Corrotti nel Dna. Siete d’accordo con Roberto Saviano?

Da Maurizio Lorenzi

Ecco l’intervista allo scrittore Roberto Saviano, tratta dalla rivista Left.

Onestamente, difficile non essere d’accordo con lui…

Governo, Pd, cooperative, destra. Roberto Saviano non fa sconti a nessuno. Mafie e corruzione sono il frutto avvelenato di un Paese che per troppo tempo ha finto di non vedere – di non vedersi – per colpa «della complicità, dell’inadeguatezza e dell’inedia della classe politica che rappresenta il peggio del peggio in Italia». Sono gli ultimi giorni del 2014 e la nostra conversazione non può che girare attorno a uno degli scandali più recenti: Mafia Capitale. Un pretesto per raccontare il potere attraverso la lente di un sistema che non è solo romano. Funziona così in tutta Italia. Dove politica, impresa e criminalità organizzata a volte rischiano di confondersi in una comunione marcia di interessi. «Fino a che il governo non deciderà di contrastare il segmento economico delle organizzazioni criminali, i loro metodi e le loro prassi resteranno un modello vincente e come modello vincente modificheranno – lo hanno già fatto – il dna anche culturale del nostro Paese».

Saviano, nel suo editoriale Il Paese che vive nella Terra di mezzo ha scritto: «In questi giorni il mantra è: colpevole è non solo chi è consapevole, ma anche chi non vuole vedere. E allora noi da che parte stiamo? Tra i colpevoli o tra quelli che non vogliono vedere? Dobbiamo scegliere, perché una terza via non esiste». Ecco, chi sono quelli che “non vogliono vedere”?

Chi non vuole vedere è chi crede che le mafie siano storie di paese che coinvolgano solo chi spara e chi viene sparato. Non vuole vedere chi considera il giornalismo italiano un giornalismo sano quando per molta parte è condizionato, infiltrato, ridotto a strumento che una volta smascherato pensa che si possa risolvere tutto con una dichiarazione pubblica. Non vuole vedere chi ha consentito all’imprenditoria vincente delle cooperative di fare affari in maniera tutt’altro che trasparente, mediando e stringendo alleanze con la politica, in un meccanismo che se pur senza prove ufficiali tutti conoscevano e riconoscevano, ma che nessuno era disposto a denunciare. Ma non vuole vedere anche questo governo che riduce la propria attività antimafia alla scelta di probiviri. Sono convinto che in fondo rifugga la questione criminalità organizzata per non esserne macchiato, perché si sente in qualche modo estraneo alle logiche criminali e non vuole affrontarle, perché teme che in questa melma si rischi moltissimo, che in questa melma ci si possa lordare, insozzare, finanche affondare.

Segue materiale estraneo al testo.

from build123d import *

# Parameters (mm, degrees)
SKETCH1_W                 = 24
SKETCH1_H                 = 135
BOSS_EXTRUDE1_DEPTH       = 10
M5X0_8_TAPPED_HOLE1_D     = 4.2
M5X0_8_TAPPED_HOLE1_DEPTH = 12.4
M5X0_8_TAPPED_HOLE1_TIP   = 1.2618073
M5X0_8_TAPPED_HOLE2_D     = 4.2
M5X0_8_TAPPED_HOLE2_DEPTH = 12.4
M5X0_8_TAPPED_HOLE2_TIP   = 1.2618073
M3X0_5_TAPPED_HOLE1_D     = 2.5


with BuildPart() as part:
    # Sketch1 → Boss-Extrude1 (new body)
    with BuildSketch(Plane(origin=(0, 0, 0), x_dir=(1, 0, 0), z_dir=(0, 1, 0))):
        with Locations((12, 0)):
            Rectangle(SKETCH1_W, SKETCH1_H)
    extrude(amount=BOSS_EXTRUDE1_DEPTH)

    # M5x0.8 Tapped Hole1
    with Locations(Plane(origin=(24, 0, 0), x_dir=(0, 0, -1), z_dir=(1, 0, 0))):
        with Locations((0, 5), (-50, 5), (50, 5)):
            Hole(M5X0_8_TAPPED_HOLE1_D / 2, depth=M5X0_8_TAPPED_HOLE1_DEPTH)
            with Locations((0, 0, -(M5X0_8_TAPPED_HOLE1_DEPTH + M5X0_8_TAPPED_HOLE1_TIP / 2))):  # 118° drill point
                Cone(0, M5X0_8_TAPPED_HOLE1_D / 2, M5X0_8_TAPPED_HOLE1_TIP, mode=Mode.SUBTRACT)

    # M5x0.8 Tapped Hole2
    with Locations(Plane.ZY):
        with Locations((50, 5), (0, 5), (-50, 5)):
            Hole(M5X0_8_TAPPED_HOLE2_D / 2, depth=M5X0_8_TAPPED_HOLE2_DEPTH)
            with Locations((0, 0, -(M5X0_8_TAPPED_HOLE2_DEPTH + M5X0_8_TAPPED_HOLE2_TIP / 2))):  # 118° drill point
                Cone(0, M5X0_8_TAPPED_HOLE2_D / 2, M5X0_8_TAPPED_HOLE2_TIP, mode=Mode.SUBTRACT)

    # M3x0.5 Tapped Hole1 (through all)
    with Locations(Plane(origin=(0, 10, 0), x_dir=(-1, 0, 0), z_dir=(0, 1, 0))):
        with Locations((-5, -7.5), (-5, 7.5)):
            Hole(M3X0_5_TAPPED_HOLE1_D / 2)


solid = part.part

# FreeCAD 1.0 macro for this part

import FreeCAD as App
import Part
import Sketcher

V = App.Vector


def add_polygon(sketch, points):
    """Adds a closed chain of lines whose ends are joined by coincident constraints."""
    first, n = sketch.GeometryCount, len(points)
    for a, b in zip(points, points[1:] + points[:1]):
        sketch.addGeometry(Part.LineSegment(App.Vector(*a, 0), App.Vector(*b, 0)), False)
    for i in range(n):
        sketch.addConstraint(Sketcher.Constraint("Coincident", first + i, 2, first + (i + 1) % n, 1))

doc = App.newDocument("Part")
body = doc.addObject("PartDesign::Body", "Body")

# Sketch on XZ plane
sketch1 = doc.addObject("Sketcher::SketchObject", "Sketch")
body.addObject(sketch1)
sketch1.AttachmentSupport = (doc.XZ_Plane, [""])
sketch1.MapMode = "FlatFace"
add_polygon(sketch1, [(0, -68), (0, 68), (24, 68), (24, -68)])  # lines 0-3
sketch1.addConstraint(Sketcher.Constraint("Vertical", 0))
sketch1.addConstraint(Sketcher.Constraint("Horizontal", 1))
sketch1.addConstraint(Sketcher.Constraint("Vertical", 2))
sketch1.addConstraint(Sketcher.Constraint("Horizontal", 3))
sketch1.addConstraint(Sketcher.Constraint("Symmetric", 0, 2, 3, 2, -1, 1))
sketch1.addConstraint(Sketcher.Constraint("DistanceX", 1, 1, 1, 2, 24.0))
sketch1.addConstraint(Sketcher.Constraint("DistanceY", 0, 1, 0, 2, 135.0))
pad1 = doc.addObject("PartDesign::Pad", "Pad")
body.addObject(pad1)
pad1.Profile = sketch1
pad1.Length = 10
pad1.Reversed = True

# Sketch on YZ plane
sketch2 = doc.addObject("Sketcher::SketchObject", "Sketch001")
body.addObject(sketch2)
sketch2.AttachmentSupport = (doc.YZ_Plane, [""])
sketch2.MapMode = "FlatFace"
sketch2.AttachmentOffset = App.Placement(V(0, 0, 24), App.Rotation())
sketch2.addGeometry(Part.Circle(V(5, 0, 0), V(0, 0, 1), 2.1), False)
sketch2.addGeometry(Part.Circle(V(5, 50, 0), V(0, 0, 1), 2.1), False)
sketch2.addGeometry(Part.Circle(V(5, -50, 0), V(0, 0, 1), 2.1), False)
sketch2.addConstraint(Sketcher.Constraint("Equal", 0, 1))
sketch2.addConstraint(Sketcher.Constraint("Equal", 1, 2))
sketch2.addConstraint(Sketcher.Constraint("Symmetric", 1, 3, 2, 3, -1))
sketch2.addConstraint(Sketcher.Constraint("PointOnObject", 0, 3, -1))
sketch2.addConstraint(Sketcher.Constraint("Vertical", 0, 3, 1, 3))
sketch2.addConstraint(Sketcher.Constraint("Diameter", 0, 4.2))
sketch2.addConstraint(Sketcher.Constraint("DistanceX", -1, 1, 0, 3, 5.0))
sketch2.addConstraint(Sketcher.Constraint("DistanceY", -1, 1, 1, 3, 50.0))
doc.recompute()
hole = doc.addObject("PartDesign::Hole", "Hole")
body.addObject(hole)
hole.Profile = sketch2
hole.ThreadType = "None"
hole.Diameter = 4.2
hole.DepthType = "Dimension"
hole.Depth = 12.4
hole.DrillPoint = "Angled"
hole.DrillPointAngle = 118

# Sketch on YZ plane
sketch3 = doc.addObject("Sketcher::SketchObject", "Sketch002")
body.addObject(sketch3)
sketch3.AttachmentSupport = (doc.YZ_Plane, [""])
sketch3.MapMode = "FlatFace"
sketch3.addGeometry(Part.Circle(V(5, 50, 0), V(0, 0, 1), 2.1), False)
sketch3.addGeometry(Part.Circle(V(5, 0, 0), V(0, 0, 1), 2.1), False)
sketch3.addGeometry(Part.Circle(V(5, -50, 0), V(0, 0, 1), 2.1), False)
sketch3.addConstraint(Sketcher.Constraint("Equal", 0, 1))
sketch3.addConstraint(Sketcher.Constraint("Equal", 1, 2))
sketch3.addConstraint(Sketcher.Constraint("Symmetric", 0, 3, 2, 3, -1))
sketch3.addConstraint(Sketcher.Constraint("PointOnObject", 1, 3, -1))
sketch3.addConstraint(Sketcher.Constraint("Vertical", 0, 3, 1, 3))
sketch3.addConstraint(Sketcher.Constraint("Diameter", 0, 4.2))
sketch3.addConstraint(Sketcher.Constraint("DistanceX", -1, 1, 0, 3, 5.0))
sketch3.addConstraint(Sketcher.Constraint("DistanceY", -1, 1, 0, 3, 50.0))
doc.recompute()
hole2 = doc.addObject("PartDesign::Hole", "Hole001")
body.addObject(hole2)
hole2.Profile = sketch3
hole2.ThreadType = "None"
hole2.Diameter = 4.2
hole2.DepthType = "Dimension"
hole2.Depth = 12.4
hole2.DrillPoint = "Angled"
hole2.DrillPointAngle = 118
hole2.Reversed = True

# Sketch on XZ plane
sketch4 = doc.addObject("Sketcher::SketchObject", "Sketch003")
body.addObject(sketch4)
sketch4.AttachmentSupport = (doc.XZ_Plane, [""])
sketch4.MapMode = "FlatFace"
sketch4.AttachmentOffset = App.Placement(V(0, 0, -10), App.Rotation())
sketch4.addGeometry(Part.Circle(V(5, -7.5, 0), V(0, 0, 1), 1.2), False)
sketch4.addGeometry(Part.Circle(V(5, 7.5, 0), V(0, 0, 1), 1.2), False)
sketch4.addConstraint(Sketcher.Constraint("Equal", 0, 1))
sketch4.addConstraint(Sketcher.Constraint("Symmetric", 0, 3, 1, 3, -1))
sketch4.addConstraint(Sketcher.Constraint("Diameter", 0, 2.5))
sketch4.addConstraint(Sketcher.Constraint("DistanceX", -1, 1, 0, 3, 5.0))
sketch4.addConstraint(Sketcher.Constraint("DistanceY", 0, 3, 1, 3, 15.0))
doc.recompute()
hole3 = doc.addObject("PartDesign::Hole", "Hole002")
body.addObject(hole3)
hole3.Profile = sketch4
hole3.ThreadType = "None"
hole3.Diameter = 2.5
hole3.DepthType = "ThroughAll"
hole3.Reversed = True

doc.recompute()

La procura di Roma ha scelto la linea dura – e per certi versi rivoluzionaria – contestando il 416 bis anche al mondo politico. Per intenderci, Dell’Utri e Matacena sono stati condannati in via definitiva per concorso esterno in associazione mafiosa, Alemanno viene considerato affiliato a un’organizzazione. Crede che un’accusa del genere possa reggere fino al terzo grado di giudizio?

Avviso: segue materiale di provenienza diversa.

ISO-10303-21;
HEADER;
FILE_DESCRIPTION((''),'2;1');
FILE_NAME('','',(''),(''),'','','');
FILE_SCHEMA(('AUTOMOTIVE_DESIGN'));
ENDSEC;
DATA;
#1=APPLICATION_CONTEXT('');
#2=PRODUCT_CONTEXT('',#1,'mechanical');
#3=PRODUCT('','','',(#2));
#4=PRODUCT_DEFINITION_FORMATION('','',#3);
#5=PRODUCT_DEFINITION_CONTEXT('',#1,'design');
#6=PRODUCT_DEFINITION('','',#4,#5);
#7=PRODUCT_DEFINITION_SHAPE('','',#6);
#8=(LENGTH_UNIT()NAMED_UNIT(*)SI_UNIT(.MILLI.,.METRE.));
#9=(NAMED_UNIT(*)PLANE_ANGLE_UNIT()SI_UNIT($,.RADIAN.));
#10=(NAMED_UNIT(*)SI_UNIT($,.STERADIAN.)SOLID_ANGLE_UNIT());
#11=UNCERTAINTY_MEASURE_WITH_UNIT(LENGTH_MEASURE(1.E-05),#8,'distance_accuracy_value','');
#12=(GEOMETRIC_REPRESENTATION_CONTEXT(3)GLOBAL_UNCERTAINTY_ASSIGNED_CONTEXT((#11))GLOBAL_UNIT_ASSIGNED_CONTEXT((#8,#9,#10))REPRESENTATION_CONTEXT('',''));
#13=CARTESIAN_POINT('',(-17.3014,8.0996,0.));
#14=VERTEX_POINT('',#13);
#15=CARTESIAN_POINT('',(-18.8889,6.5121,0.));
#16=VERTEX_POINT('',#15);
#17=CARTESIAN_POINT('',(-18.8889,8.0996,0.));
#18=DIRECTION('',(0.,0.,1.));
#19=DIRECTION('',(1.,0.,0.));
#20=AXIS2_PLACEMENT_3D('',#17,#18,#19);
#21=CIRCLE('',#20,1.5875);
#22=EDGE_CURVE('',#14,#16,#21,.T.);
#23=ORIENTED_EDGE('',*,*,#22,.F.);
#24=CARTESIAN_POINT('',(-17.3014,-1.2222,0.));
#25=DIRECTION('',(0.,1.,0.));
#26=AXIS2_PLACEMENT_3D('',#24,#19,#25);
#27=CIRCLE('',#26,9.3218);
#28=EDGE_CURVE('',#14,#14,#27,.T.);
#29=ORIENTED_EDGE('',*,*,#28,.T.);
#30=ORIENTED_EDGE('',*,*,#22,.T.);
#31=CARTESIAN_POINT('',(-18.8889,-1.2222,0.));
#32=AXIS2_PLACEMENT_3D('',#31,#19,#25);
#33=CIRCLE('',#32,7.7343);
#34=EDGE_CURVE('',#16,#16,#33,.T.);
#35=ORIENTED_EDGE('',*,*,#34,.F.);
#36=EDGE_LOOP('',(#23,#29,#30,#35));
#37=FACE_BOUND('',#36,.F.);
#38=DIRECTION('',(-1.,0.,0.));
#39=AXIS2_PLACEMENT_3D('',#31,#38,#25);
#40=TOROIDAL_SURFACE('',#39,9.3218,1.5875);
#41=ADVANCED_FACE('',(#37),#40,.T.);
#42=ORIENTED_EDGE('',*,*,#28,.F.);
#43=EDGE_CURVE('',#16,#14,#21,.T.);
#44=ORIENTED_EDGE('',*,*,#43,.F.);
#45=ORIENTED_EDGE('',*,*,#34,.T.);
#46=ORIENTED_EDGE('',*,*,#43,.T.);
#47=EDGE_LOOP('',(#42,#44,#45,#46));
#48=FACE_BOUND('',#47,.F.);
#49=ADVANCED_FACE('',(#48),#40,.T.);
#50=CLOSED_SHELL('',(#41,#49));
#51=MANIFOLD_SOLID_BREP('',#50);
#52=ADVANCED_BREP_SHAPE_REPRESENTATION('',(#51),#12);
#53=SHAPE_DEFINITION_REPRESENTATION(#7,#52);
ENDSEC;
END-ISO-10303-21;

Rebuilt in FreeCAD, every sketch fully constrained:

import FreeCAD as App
import Part
import Sketcher
from FreeCAD import Vector
Q = App.Units.Quantity

doc = App.newDocument("Part")
body = doc.addObject("PartDesign::Body", "Body")

# Sketch on XY plane
sketch1 = body.newObject("Sketcher::SketchObject", "Sketch")
sketch1.AttachmentSupport = (doc.getObject("XY_Plane"), [""])
sketch1.MapMode = "FlatFace"
sketch1.addGeometry(Part.Circle(Vector(-18.9, 8.1, 0), Vector(0, 0, 1), 1.6), False)
sketch1.addGeometry(Part.LineSegment(Vector(-18.9, -1.2, 0), Vector(-8.9, -1.2, 0)), True)  # axis
sketch1.addConstraint([
    Sketcher.Constraint("Horizontal", 1),
    Sketcher.Constraint("Vertical", 0, 3, 1, 1),
    Sketcher.Constraint("Diameter", 0, Q("0.125 in")),
    Sketcher.Constraint("DistanceX", 1, 1, 1, 2, Q("0.3937 in")),
    Sketcher.Constraint("DistanceY", 1, 1, 0, 3, Q("0.367 in")),
    Sketcher.Constraint("DistanceX", 0, 3, -1, 1, 18.889),
    Sketcher.Constraint("DistanceY", -1, 1, 0, 3, 8.0996),
])
revolution = body.newObject("PartDesign::Revolution", "Revolution")
revolution.Profile = sketch1
revolution.ReferenceAxis = (sketch1, ["Axis0"])
revolution.Angle = 360

doc.recompute()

Dire adesso come si concluderà questo processo è impossibile. Personalmente credo che le accuse reggeranno perché conosco il lavoro di Giuseppe Pignatone, so che le accuse sono circostanziate e sorrette da prove concrete. L’opinione pubblica come sempre è stata inondata di intercettazioni telefoniche e ambientali, alcune pertinenti altre di colore, ma l’inchiesta, le accuse e gli arresti si sono basati sul riscontro di quei dialoghi, sull’effettivo passaggio di denaro in cambio di favori. Il reato contestato e per cui sono stati condannati Dell’Utri e Matacena, ovvero il concorso esterno in associazione mafiosa, indaga un terreno molto delicato, getta luce sulla zona grigia, sull’anello di congiunzione tra mondo politico e mondo mafioso. Nel caso di Alemanno, e di altri politici coinvolti nell’inchiesta, sta passando l’idea che la Procura abbia adottato la linea dura perché tendiamo a identificare l’associazione di tipo mafioso con armi, morti, sparatorie e sangue. In molti casi è così, ma in moltissimi casi – direi nella stragrande maggioranza dei casi – si tratta di intimidazioni, di assoggettamento, di omertà finalizzata all’acquisizione «in modo diretto o indiretto la gestione o comunque il controllo di attività economiche, di concessioni, di autorizzazioni, appalti e servizi pubblici o per realizzare profitti o vantaggi ingiusti per sé o per altri».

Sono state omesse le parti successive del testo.